Graph Neural Networks (GNNs) are powerful in learning rich network representations that aid the performance of downstream tasks. However, recent studies showed that GNNs are vulnerable to adversarial attacks involving node injection and network perturbation. Among these, node injection attacks are more practical as they don't require manipulation in the existing network and can be performed more realistically. In this paper, we propose a novel problem statement - a class-specific poison attack on graphs in which the attacker aims to misclassify specific nodes in the target class into a different class using node injection. Additionally, nodes are injected in such a way that they camouflage as benign nodes.
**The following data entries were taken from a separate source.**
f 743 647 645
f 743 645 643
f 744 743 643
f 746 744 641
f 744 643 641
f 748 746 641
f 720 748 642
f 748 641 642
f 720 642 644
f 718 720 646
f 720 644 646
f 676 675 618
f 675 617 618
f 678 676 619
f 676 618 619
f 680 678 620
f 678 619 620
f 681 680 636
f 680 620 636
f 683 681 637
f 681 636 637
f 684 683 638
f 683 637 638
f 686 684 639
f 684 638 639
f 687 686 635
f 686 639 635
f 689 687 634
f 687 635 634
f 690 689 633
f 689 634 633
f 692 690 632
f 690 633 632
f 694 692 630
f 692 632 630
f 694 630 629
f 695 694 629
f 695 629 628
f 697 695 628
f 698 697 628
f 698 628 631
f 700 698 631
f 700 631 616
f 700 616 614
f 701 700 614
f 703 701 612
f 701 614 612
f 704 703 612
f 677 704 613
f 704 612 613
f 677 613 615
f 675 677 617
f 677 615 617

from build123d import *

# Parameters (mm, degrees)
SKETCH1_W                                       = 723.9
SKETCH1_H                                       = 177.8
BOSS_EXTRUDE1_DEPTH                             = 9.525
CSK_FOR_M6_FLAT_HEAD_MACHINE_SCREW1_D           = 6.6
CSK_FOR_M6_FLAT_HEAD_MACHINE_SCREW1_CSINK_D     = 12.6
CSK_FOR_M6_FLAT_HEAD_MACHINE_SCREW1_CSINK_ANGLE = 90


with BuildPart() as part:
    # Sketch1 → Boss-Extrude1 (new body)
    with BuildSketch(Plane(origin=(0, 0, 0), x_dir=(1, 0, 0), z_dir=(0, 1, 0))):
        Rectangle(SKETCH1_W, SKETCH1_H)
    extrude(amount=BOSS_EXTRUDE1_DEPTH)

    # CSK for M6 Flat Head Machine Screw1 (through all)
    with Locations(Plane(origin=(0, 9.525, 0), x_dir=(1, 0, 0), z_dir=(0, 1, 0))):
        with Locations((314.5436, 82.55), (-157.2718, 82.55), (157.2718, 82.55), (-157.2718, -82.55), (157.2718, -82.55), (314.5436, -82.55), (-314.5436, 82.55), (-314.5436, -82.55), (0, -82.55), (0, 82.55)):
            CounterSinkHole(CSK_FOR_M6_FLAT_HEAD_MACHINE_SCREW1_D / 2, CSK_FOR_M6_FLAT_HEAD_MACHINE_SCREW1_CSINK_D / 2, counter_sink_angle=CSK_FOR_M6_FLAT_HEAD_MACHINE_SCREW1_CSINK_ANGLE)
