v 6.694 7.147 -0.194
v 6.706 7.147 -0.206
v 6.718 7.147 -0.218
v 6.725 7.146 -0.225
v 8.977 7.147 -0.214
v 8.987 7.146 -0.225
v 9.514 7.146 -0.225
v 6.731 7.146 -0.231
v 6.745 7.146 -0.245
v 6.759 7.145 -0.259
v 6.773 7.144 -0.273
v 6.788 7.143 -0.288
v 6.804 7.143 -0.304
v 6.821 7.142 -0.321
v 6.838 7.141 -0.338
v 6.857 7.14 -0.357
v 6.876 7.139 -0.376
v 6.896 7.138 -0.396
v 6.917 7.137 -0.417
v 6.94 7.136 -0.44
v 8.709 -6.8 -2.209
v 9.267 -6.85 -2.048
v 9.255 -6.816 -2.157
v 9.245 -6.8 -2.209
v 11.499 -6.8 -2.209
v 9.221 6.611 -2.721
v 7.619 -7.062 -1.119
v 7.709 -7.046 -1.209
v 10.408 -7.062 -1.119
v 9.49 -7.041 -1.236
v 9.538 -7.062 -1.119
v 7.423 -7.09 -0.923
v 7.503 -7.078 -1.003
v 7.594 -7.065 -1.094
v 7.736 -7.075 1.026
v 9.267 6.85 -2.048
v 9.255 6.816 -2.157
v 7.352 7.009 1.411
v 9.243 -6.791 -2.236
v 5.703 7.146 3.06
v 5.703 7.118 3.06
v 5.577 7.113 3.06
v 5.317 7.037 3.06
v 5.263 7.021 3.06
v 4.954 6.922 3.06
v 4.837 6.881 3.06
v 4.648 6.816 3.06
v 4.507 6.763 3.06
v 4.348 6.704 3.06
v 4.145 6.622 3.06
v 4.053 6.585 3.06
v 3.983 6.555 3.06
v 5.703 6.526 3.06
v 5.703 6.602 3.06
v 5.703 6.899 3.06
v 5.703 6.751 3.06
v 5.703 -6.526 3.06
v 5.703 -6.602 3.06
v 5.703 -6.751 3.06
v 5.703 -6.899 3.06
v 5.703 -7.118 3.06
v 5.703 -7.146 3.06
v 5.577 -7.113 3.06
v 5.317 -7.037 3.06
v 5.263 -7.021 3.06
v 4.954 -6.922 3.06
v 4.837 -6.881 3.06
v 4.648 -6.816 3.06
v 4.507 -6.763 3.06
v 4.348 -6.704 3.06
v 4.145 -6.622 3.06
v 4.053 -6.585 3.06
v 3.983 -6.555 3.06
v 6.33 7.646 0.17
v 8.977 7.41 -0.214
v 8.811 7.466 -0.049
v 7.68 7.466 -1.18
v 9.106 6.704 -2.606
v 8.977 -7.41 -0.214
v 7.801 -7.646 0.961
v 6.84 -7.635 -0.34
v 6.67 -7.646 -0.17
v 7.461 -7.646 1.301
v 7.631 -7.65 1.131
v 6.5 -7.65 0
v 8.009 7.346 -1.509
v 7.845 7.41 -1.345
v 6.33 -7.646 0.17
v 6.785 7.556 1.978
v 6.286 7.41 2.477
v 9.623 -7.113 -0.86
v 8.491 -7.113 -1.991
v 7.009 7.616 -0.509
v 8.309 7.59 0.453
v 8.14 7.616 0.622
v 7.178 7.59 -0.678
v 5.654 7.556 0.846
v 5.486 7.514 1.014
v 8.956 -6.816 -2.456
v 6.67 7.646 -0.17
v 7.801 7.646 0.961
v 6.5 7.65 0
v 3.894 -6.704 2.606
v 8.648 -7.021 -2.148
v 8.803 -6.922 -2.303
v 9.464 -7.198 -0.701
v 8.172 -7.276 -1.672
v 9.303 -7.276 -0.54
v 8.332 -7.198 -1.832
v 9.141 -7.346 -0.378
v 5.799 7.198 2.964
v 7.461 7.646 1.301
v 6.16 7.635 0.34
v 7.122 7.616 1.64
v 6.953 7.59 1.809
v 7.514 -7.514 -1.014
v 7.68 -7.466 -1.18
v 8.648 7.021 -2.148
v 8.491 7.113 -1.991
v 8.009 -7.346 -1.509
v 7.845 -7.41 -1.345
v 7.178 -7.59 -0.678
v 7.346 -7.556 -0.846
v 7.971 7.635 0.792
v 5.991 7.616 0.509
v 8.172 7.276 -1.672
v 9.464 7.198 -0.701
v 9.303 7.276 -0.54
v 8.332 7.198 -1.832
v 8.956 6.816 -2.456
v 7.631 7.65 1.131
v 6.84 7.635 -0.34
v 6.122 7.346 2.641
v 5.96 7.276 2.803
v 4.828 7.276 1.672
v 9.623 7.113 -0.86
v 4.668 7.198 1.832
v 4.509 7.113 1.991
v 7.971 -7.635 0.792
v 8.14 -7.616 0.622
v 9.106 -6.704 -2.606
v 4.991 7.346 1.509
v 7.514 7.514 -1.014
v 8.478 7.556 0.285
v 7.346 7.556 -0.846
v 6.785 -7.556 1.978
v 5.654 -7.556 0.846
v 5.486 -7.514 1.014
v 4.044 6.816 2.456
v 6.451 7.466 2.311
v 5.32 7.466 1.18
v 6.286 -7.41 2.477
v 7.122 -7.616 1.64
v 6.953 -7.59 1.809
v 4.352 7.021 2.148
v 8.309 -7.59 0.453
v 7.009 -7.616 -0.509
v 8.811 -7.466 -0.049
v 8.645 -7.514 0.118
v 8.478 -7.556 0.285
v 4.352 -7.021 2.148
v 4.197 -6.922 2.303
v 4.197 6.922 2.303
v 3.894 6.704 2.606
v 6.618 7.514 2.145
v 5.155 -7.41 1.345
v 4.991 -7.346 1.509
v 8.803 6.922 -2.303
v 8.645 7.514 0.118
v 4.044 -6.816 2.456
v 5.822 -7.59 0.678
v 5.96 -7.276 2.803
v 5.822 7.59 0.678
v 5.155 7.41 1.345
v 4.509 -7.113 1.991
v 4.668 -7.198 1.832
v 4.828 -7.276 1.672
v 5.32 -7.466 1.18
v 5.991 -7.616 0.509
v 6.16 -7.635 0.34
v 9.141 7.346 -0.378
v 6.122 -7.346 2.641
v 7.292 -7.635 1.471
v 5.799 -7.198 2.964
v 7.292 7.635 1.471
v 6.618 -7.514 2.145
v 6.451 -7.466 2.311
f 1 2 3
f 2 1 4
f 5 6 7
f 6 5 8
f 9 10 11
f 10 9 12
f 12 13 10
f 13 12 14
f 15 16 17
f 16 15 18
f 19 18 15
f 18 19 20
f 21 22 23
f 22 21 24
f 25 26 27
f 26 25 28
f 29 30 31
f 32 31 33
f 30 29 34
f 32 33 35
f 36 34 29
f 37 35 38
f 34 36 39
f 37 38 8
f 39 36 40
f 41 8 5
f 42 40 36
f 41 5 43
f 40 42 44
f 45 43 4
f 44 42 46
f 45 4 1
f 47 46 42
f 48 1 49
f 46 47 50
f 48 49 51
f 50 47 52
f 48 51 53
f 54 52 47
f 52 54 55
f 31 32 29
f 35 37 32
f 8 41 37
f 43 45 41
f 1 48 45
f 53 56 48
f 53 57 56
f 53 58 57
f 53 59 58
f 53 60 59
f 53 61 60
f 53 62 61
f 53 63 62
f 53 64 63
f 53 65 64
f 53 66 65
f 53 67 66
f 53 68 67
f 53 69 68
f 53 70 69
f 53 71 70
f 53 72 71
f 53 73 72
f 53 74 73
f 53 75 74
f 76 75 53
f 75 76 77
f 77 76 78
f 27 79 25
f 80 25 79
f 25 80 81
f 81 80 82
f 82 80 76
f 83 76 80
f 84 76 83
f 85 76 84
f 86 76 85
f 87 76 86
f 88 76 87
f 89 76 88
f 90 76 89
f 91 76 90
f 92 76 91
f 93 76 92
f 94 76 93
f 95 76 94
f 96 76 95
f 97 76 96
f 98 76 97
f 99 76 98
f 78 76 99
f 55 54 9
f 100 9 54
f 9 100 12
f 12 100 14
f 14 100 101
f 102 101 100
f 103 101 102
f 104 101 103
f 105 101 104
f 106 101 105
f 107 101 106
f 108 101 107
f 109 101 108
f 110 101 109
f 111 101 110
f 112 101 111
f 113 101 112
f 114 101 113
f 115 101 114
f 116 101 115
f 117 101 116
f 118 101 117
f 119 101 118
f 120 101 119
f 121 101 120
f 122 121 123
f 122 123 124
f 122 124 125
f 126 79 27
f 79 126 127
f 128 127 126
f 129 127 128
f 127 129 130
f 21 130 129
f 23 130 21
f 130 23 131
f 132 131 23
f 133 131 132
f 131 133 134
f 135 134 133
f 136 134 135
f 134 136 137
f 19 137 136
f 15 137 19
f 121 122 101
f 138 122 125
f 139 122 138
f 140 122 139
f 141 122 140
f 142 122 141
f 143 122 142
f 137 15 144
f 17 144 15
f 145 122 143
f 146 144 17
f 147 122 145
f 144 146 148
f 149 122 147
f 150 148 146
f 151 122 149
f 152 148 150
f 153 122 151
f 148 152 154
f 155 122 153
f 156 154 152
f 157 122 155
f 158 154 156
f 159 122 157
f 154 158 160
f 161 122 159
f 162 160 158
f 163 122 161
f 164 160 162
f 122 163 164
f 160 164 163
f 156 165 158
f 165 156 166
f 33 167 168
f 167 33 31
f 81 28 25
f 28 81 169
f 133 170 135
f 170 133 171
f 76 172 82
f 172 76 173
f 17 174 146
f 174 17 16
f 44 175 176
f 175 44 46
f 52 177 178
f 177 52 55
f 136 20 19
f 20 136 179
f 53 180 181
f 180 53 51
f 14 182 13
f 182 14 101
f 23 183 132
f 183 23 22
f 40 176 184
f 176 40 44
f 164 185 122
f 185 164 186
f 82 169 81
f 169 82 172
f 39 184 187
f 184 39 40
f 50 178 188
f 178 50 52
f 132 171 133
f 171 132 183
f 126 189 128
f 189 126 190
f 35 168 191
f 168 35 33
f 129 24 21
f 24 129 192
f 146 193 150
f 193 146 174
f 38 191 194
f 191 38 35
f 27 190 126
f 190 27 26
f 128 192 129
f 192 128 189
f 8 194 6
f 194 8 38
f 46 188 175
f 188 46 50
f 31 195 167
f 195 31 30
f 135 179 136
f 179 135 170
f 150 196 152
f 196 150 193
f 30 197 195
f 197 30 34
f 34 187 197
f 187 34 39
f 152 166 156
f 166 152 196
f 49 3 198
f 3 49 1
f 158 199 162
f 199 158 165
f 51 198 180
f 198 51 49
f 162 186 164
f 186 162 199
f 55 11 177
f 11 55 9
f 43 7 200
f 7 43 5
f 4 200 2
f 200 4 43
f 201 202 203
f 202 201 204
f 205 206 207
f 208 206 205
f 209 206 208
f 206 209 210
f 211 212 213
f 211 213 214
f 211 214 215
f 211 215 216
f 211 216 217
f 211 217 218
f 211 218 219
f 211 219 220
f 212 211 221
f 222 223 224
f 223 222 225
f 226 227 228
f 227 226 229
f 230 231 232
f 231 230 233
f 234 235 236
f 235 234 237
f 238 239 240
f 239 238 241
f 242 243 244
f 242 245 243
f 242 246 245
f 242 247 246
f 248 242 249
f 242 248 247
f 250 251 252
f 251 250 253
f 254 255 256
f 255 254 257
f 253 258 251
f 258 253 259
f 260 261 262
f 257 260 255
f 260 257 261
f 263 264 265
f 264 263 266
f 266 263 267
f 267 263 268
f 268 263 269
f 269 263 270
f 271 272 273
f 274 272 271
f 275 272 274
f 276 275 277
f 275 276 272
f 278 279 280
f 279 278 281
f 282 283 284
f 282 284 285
We propose NICKI, a novel attacking strategy that utilizes an optimization-based approach to sabotage the performance of GNN-based node classifiers. NICKI works in two phases - it first learns the node representation and then generates the features and edges of the injected nodes. Extensive experiments and ablation studies on four benchmark networks show that NICKI is consistently better than four baseline attacking strategies for misclassifying nodes in the target class. We also show that the injected nodes are properly camouflaged as benign, thus making the poisoned graph indistinguishable from its clean version w.r.t various topological properties.